Vips0000's concern is valid. Repetition of an element in the set can lead to further complexity around this problem. Now, the question whether to count only distinct elements/numbers or count element separately including repetitions remains open and debatable. I see several varying viewpoints around Set problems prepared by Prep companies or even in theories.

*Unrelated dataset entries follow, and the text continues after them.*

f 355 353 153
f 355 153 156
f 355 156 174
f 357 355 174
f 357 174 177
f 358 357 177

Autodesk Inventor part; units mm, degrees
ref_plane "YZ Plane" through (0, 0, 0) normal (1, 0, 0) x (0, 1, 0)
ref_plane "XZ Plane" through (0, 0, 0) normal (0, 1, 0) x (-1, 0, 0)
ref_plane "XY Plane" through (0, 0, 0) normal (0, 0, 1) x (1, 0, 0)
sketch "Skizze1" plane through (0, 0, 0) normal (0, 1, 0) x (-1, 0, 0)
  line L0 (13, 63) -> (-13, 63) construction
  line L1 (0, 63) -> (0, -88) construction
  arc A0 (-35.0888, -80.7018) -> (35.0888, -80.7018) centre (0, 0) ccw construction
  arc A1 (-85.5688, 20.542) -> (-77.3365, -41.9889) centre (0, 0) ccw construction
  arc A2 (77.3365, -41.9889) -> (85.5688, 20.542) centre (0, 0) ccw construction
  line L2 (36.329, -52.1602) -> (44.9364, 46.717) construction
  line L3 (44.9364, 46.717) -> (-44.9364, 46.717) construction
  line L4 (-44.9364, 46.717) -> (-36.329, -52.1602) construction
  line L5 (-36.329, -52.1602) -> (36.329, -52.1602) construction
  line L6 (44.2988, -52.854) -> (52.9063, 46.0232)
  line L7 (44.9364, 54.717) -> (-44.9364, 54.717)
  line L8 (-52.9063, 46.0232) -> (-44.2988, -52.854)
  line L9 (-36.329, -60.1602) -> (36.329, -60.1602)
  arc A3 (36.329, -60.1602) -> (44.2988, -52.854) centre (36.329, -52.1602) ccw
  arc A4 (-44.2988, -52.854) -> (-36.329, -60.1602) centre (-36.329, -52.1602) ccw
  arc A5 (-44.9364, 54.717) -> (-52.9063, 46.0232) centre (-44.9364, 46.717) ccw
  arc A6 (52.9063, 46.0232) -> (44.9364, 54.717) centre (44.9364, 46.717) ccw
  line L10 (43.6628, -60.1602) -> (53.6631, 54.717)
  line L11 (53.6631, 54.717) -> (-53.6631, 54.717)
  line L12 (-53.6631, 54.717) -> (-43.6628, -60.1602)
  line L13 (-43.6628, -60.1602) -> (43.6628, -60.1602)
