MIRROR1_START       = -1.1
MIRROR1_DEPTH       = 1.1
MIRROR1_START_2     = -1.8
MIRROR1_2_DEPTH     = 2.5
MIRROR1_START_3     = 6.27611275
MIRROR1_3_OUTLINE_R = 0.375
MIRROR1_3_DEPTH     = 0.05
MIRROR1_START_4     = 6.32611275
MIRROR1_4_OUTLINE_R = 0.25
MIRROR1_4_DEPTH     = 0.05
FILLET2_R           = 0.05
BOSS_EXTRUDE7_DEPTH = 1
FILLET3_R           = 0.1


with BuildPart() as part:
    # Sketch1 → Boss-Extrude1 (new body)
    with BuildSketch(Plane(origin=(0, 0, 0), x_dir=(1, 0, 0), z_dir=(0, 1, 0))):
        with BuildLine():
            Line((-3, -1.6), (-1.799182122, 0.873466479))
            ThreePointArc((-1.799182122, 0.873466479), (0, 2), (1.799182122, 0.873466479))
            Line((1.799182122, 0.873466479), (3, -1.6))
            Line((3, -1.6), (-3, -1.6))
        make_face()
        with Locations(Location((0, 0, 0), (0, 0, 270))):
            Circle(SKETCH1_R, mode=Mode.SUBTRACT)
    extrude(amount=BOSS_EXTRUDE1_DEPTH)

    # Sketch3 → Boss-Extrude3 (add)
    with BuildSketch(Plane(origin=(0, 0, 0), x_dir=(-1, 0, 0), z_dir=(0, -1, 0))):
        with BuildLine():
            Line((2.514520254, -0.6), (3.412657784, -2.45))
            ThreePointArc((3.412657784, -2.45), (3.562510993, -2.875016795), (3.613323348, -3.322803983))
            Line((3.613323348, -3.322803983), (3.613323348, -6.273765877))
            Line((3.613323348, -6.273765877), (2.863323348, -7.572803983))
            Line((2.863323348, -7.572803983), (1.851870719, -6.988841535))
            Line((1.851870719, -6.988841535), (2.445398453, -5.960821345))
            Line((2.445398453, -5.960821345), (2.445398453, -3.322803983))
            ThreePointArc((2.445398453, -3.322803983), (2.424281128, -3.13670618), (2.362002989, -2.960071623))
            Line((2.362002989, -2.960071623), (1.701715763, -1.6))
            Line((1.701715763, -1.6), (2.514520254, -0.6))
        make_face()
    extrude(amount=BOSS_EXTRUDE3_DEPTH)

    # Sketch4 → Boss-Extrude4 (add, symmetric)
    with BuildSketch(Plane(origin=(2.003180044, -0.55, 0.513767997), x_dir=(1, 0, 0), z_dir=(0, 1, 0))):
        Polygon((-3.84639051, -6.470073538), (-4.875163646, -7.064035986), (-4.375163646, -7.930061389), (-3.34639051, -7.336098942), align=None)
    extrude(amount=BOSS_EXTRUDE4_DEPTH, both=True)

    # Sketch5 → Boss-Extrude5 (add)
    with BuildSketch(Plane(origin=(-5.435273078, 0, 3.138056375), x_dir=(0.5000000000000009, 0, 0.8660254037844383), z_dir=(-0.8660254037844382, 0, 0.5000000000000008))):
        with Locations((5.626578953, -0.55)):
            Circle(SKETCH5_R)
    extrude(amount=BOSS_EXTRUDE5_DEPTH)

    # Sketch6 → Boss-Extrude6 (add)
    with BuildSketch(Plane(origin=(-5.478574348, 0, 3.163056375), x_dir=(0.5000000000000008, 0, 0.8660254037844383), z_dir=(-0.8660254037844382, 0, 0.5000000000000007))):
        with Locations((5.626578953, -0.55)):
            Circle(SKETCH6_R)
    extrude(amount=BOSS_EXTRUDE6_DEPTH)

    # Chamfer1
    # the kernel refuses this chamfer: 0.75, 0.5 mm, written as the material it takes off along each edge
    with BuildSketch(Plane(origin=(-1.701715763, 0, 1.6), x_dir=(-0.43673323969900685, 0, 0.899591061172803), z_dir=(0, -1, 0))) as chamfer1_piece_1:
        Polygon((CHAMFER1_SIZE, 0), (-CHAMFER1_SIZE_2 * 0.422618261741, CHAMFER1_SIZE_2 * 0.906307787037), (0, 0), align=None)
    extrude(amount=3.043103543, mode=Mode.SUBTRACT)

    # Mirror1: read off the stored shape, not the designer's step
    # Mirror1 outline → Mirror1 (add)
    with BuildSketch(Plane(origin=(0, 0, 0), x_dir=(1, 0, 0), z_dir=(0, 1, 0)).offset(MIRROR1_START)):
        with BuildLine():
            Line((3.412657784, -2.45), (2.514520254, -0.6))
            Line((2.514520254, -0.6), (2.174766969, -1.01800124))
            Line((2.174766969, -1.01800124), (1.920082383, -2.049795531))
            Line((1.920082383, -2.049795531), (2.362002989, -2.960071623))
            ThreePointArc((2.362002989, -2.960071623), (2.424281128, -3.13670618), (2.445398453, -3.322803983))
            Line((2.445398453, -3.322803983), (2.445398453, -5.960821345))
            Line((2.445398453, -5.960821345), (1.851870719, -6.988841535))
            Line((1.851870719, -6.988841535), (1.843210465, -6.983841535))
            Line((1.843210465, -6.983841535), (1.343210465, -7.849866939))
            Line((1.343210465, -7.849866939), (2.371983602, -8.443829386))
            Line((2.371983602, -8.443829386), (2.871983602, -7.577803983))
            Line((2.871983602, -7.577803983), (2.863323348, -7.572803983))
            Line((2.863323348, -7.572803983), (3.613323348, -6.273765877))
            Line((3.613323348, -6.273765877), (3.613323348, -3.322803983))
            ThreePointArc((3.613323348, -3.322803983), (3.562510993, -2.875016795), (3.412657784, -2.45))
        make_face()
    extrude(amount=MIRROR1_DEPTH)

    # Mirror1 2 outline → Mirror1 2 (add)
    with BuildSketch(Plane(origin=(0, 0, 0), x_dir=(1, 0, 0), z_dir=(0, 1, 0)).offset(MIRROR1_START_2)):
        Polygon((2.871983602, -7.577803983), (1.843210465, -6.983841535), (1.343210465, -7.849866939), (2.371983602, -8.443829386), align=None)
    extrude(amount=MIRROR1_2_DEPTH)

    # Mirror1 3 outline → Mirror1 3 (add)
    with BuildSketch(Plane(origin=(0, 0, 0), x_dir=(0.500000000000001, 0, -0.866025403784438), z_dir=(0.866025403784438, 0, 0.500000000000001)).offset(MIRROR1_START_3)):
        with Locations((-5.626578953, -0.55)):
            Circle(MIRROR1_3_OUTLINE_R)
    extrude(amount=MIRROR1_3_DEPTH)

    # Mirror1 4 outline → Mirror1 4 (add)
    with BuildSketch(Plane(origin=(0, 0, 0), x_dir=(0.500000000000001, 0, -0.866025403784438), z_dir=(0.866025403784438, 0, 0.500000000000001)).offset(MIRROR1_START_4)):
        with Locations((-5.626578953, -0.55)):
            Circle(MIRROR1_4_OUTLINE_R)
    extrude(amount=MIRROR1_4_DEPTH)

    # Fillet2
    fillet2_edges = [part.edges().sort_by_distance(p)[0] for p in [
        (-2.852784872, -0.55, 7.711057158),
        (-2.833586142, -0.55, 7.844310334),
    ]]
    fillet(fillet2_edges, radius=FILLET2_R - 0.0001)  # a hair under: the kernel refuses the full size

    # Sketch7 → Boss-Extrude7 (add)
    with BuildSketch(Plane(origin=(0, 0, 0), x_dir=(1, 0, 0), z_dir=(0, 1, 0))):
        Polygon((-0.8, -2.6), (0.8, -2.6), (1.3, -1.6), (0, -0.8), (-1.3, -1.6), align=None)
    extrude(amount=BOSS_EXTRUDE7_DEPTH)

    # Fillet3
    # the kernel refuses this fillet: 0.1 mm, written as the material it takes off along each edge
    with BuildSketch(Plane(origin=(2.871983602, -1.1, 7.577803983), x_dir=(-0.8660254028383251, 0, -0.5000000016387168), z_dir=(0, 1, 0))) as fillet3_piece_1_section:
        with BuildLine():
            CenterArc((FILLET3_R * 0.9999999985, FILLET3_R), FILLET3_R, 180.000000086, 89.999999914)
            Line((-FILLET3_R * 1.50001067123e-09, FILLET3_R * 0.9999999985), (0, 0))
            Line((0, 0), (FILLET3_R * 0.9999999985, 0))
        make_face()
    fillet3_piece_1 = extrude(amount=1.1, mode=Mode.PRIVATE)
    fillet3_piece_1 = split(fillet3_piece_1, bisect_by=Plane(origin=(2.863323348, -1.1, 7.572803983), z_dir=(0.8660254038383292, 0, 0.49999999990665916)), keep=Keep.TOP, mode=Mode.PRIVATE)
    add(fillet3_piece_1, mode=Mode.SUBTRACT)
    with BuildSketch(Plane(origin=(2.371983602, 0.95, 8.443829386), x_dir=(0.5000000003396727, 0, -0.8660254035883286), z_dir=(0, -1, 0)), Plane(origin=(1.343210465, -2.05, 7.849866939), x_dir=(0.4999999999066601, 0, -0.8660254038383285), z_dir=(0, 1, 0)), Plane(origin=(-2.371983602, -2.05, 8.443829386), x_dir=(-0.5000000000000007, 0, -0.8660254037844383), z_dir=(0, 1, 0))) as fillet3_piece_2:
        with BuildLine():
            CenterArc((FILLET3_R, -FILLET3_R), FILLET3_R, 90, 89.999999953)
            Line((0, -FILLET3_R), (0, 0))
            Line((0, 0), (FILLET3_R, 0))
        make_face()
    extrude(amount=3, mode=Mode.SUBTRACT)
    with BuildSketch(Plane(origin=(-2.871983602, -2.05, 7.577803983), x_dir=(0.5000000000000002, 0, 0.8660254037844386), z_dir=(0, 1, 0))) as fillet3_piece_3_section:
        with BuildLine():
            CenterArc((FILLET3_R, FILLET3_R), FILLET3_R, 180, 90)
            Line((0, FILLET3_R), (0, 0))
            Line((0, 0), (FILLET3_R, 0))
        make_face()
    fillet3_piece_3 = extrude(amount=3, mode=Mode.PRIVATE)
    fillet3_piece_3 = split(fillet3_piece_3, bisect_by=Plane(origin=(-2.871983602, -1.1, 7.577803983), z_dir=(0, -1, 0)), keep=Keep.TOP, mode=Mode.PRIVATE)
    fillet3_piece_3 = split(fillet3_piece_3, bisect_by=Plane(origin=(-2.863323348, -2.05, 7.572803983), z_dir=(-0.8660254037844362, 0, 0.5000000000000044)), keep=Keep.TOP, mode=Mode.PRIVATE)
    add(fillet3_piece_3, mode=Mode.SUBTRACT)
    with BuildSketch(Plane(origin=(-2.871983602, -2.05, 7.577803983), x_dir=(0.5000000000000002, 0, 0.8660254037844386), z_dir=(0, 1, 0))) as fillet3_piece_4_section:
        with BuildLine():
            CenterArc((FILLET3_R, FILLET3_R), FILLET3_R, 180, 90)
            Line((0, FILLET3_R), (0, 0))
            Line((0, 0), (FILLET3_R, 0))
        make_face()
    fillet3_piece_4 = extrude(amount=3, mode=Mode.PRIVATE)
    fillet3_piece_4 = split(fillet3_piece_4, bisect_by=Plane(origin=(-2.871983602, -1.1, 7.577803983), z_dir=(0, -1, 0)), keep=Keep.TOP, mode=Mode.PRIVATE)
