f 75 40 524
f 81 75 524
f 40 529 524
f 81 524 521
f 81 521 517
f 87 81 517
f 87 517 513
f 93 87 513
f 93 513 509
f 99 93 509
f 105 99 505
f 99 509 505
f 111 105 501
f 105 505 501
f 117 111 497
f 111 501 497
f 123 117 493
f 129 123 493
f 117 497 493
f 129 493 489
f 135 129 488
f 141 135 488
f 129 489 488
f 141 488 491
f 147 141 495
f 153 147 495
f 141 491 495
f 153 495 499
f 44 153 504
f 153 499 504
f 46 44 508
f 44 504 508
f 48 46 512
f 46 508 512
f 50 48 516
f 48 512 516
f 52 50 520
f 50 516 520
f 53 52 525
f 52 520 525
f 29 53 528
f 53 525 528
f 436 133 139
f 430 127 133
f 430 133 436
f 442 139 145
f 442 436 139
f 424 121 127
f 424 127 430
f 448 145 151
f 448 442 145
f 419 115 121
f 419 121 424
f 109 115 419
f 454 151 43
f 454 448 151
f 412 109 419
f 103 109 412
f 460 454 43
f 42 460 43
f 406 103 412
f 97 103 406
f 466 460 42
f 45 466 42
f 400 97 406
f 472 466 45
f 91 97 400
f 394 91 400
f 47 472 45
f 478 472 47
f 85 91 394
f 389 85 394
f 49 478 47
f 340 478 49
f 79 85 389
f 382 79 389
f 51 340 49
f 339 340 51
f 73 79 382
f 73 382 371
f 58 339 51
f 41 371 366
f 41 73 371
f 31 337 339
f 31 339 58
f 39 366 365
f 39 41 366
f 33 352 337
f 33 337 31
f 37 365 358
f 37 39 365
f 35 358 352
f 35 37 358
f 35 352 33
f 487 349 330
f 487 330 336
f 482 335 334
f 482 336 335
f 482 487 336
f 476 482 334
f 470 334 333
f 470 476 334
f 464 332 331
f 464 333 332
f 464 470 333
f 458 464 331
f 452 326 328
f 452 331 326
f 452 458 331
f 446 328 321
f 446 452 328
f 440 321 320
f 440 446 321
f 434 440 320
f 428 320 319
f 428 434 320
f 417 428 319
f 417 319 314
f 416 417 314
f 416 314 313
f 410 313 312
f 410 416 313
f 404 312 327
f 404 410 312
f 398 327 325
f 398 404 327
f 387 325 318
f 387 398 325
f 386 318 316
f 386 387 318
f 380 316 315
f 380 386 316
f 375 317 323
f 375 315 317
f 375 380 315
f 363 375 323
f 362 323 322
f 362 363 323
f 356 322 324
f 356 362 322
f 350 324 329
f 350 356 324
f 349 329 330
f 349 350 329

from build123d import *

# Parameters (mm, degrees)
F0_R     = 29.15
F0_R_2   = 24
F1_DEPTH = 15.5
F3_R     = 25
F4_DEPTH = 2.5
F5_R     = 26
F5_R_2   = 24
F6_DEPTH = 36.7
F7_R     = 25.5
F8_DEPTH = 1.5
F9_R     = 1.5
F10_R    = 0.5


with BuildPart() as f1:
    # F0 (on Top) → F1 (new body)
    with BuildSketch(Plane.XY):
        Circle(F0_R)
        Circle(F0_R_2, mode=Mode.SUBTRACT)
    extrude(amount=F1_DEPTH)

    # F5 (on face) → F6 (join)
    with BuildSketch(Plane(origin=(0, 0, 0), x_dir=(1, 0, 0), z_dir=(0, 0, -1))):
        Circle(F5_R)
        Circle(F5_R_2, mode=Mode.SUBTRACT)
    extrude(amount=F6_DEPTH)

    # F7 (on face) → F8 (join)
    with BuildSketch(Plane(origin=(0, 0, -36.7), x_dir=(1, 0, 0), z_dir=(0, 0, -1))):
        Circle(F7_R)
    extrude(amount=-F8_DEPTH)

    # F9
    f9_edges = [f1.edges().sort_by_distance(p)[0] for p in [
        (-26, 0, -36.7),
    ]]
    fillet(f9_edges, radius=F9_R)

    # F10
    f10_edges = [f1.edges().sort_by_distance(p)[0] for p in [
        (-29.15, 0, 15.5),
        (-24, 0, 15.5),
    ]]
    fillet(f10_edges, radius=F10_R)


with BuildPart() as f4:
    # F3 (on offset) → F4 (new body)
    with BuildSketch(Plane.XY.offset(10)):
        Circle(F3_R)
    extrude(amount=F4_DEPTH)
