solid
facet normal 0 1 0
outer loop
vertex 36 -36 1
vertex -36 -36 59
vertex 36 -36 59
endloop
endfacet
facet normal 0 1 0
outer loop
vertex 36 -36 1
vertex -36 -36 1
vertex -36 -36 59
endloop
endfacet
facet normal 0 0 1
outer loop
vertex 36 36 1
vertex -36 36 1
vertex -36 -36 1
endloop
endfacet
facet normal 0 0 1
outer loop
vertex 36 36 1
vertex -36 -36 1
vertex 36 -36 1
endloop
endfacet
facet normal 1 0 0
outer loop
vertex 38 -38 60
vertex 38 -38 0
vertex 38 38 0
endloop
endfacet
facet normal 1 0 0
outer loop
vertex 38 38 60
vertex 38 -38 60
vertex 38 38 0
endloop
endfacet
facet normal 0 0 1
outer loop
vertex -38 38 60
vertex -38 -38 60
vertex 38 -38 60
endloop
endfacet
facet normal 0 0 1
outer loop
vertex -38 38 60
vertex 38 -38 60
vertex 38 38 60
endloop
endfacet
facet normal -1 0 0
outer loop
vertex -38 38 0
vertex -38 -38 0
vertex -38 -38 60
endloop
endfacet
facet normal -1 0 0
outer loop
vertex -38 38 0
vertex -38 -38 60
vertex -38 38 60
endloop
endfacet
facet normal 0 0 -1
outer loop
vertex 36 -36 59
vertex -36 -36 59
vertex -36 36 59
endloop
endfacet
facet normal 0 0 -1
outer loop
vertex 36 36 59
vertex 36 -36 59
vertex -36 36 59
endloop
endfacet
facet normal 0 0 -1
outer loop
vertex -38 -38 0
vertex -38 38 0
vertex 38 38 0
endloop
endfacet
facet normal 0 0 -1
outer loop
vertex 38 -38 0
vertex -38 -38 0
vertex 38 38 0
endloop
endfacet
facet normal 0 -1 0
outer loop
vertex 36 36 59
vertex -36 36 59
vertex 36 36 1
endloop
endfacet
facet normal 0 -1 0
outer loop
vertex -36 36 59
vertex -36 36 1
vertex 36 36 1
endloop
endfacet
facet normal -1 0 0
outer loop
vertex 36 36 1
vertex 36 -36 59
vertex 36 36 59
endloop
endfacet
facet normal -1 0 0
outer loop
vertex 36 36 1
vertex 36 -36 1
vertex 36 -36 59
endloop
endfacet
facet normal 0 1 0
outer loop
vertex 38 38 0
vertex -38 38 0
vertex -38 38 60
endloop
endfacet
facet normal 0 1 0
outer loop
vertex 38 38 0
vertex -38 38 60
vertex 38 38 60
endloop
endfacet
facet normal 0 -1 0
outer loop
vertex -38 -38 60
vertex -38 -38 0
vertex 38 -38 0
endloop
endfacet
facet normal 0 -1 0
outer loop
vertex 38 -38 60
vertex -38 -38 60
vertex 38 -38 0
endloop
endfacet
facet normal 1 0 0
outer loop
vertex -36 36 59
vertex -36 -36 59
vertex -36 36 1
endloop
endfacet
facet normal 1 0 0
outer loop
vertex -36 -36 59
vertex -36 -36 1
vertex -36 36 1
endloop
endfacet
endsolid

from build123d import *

# Parameters (mm, degrees)
F0_W     = 74
F0_H     = 74
F1_DEPTH = 59
F2_T     = -1
F3_W     = 76
F3_H     = 76
F3_W_2   = 74
F3_H_2   = 74
F4_DEPTH = 60
F5_W     = 74
F5_H     = 1
F6_DEPTH = 74


with BuildPart() as f1:
    # F0 (on Top) → F1 (new body)
    with BuildSketch(Plane.XY):
        Rectangle(F0_W, F0_H)
    extrude(amount=F1_DEPTH)

    # F2
    f2_openings = [f1.faces().sort_by_distance(p)[0] for p in [
        (0, 0, 59),
    ]]
    offset(amount=F2_T, openings=f2_openings)

    # F3 (on Top) → F4 (join)
    with BuildSketch(Plane.XY):
        Rectangle(F3_W, F3_H)
        Rectangle(F3_W_2, F3_H_2, mode=Mode.SUBTRACT)
    extrude(amount=F4_DEPTH)

    # F5 (on face) → F6 (join, through all)
    with BuildSketch(Plane.YZ.offset(-37)):
        with Locations((0, 59.5)):
            Rectangle(F5_W, F5_H)
    extrude(amount=F6_DEPTH)


solid = f1.part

Still I believe using the same concept raised by Vips0000, we should arrive at the answer(C).

Lets take a look at below explanation (Courtesy UCSD - Maths dept) -- See attached paper if you want to dig down.
Since a set is an un-ordered collection of distinct objects, the following all describe the same 3-element set
{a, b, c} = {b, a, c} = {c, b, a} = {a, b, b, c, b}.
The first three are simply listing the elements in a different order. The last happens to mention some elements more than once. But, since a set consists of distinct objects, the elements of the set are still just a, b, c. Thus 3 elements.

Another way to think of this is:
Two sets A and B are equal if and only if every element of A is an element of B and every element of B is an element of A.
Thus, with A = {a, b, c} and B = {a, b, b, c, b}, we can see that everything in A is in B and everything in B is in A.
--Read further in the chapter if you wish to.

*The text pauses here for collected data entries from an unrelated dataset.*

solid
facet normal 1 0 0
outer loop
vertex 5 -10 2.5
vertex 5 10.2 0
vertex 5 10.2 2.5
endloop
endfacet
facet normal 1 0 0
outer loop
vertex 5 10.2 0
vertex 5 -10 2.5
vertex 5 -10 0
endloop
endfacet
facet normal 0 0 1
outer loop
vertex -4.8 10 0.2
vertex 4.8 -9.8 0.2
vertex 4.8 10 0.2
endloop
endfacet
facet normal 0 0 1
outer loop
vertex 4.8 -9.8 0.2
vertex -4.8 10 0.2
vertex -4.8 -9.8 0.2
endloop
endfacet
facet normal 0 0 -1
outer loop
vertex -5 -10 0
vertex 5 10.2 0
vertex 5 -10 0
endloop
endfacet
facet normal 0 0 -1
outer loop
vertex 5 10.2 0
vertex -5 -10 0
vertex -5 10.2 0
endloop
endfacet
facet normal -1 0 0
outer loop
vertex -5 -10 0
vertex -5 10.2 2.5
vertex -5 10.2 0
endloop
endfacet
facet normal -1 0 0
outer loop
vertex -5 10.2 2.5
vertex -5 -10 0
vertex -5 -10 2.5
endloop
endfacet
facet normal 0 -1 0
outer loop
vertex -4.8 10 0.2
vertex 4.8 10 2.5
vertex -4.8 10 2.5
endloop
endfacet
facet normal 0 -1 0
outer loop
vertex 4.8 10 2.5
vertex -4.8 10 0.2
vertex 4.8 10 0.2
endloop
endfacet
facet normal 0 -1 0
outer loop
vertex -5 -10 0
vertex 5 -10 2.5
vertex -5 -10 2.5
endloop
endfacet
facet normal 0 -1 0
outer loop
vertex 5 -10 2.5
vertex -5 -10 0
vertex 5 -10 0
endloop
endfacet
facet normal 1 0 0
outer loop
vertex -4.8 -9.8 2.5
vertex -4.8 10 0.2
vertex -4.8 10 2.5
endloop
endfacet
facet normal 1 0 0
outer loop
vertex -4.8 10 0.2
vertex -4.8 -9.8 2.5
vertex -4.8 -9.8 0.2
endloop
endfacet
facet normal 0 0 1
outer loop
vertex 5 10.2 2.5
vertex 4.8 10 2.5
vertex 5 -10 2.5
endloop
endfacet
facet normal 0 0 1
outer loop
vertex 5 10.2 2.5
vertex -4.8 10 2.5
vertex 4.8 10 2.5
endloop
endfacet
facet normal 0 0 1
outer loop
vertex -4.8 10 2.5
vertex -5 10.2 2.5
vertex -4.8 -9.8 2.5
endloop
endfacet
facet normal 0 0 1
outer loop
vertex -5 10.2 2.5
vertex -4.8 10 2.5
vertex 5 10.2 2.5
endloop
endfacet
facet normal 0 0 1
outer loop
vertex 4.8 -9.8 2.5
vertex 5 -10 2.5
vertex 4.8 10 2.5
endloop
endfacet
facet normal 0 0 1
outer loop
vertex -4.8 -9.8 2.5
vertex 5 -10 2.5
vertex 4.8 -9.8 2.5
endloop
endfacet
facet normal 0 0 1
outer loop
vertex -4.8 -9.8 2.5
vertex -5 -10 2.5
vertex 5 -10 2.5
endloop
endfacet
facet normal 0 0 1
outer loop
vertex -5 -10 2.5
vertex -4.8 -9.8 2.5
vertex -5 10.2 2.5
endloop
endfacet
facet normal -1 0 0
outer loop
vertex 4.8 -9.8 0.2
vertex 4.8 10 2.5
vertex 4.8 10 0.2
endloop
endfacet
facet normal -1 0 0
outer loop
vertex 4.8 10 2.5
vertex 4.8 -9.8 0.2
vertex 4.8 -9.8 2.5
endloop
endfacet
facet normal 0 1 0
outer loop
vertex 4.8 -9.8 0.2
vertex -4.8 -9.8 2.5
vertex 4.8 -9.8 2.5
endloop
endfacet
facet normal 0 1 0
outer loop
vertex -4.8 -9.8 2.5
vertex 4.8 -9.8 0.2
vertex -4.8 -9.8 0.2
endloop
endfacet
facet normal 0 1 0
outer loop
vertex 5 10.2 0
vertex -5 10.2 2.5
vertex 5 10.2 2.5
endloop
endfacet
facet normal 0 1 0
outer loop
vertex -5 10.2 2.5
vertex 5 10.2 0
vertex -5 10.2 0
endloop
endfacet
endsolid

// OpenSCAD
translate([-5, -10, 0])
{
cube([10,20,0.2]);
cube([0.2, 20, 2.5]);
translate([10-0.2, 0, 0])
    cube([0.2, 20, 2.5]);
cube([10, 0.2, 2.5]);
translate([0, 20, 0])
cube([10, 0.2, 2.5]);  
}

----------------------------
Back to our problem

Even if we count repeated elements in the set only once (i.e. count distinct) - by applying same concept - we should be able to find out how many elements are set A using statements (1) and (2).
A={1, 2, 2, 3, 4, 4, 5, 5, 5}
B={2,2,2,2,2}

Here set A has 5 elements (though repeated) and set B contains 1 element (i.e. 2 - though repeated) -> Hence 80% of of elements in set A are not in set B.

Similarly, if (statement 1) "Set B has 14 elements" and (statement 2) "Exactly 80% of the elements in set A are not in Set B" -> A should have 70 (distinct) elements, whether or not they are repeated inside the set. Note that question asks for 'how many elements?' -> 70 (not counting repeats)

Hence choice(C) should be the answer.

Feel free to correct if anything wrong!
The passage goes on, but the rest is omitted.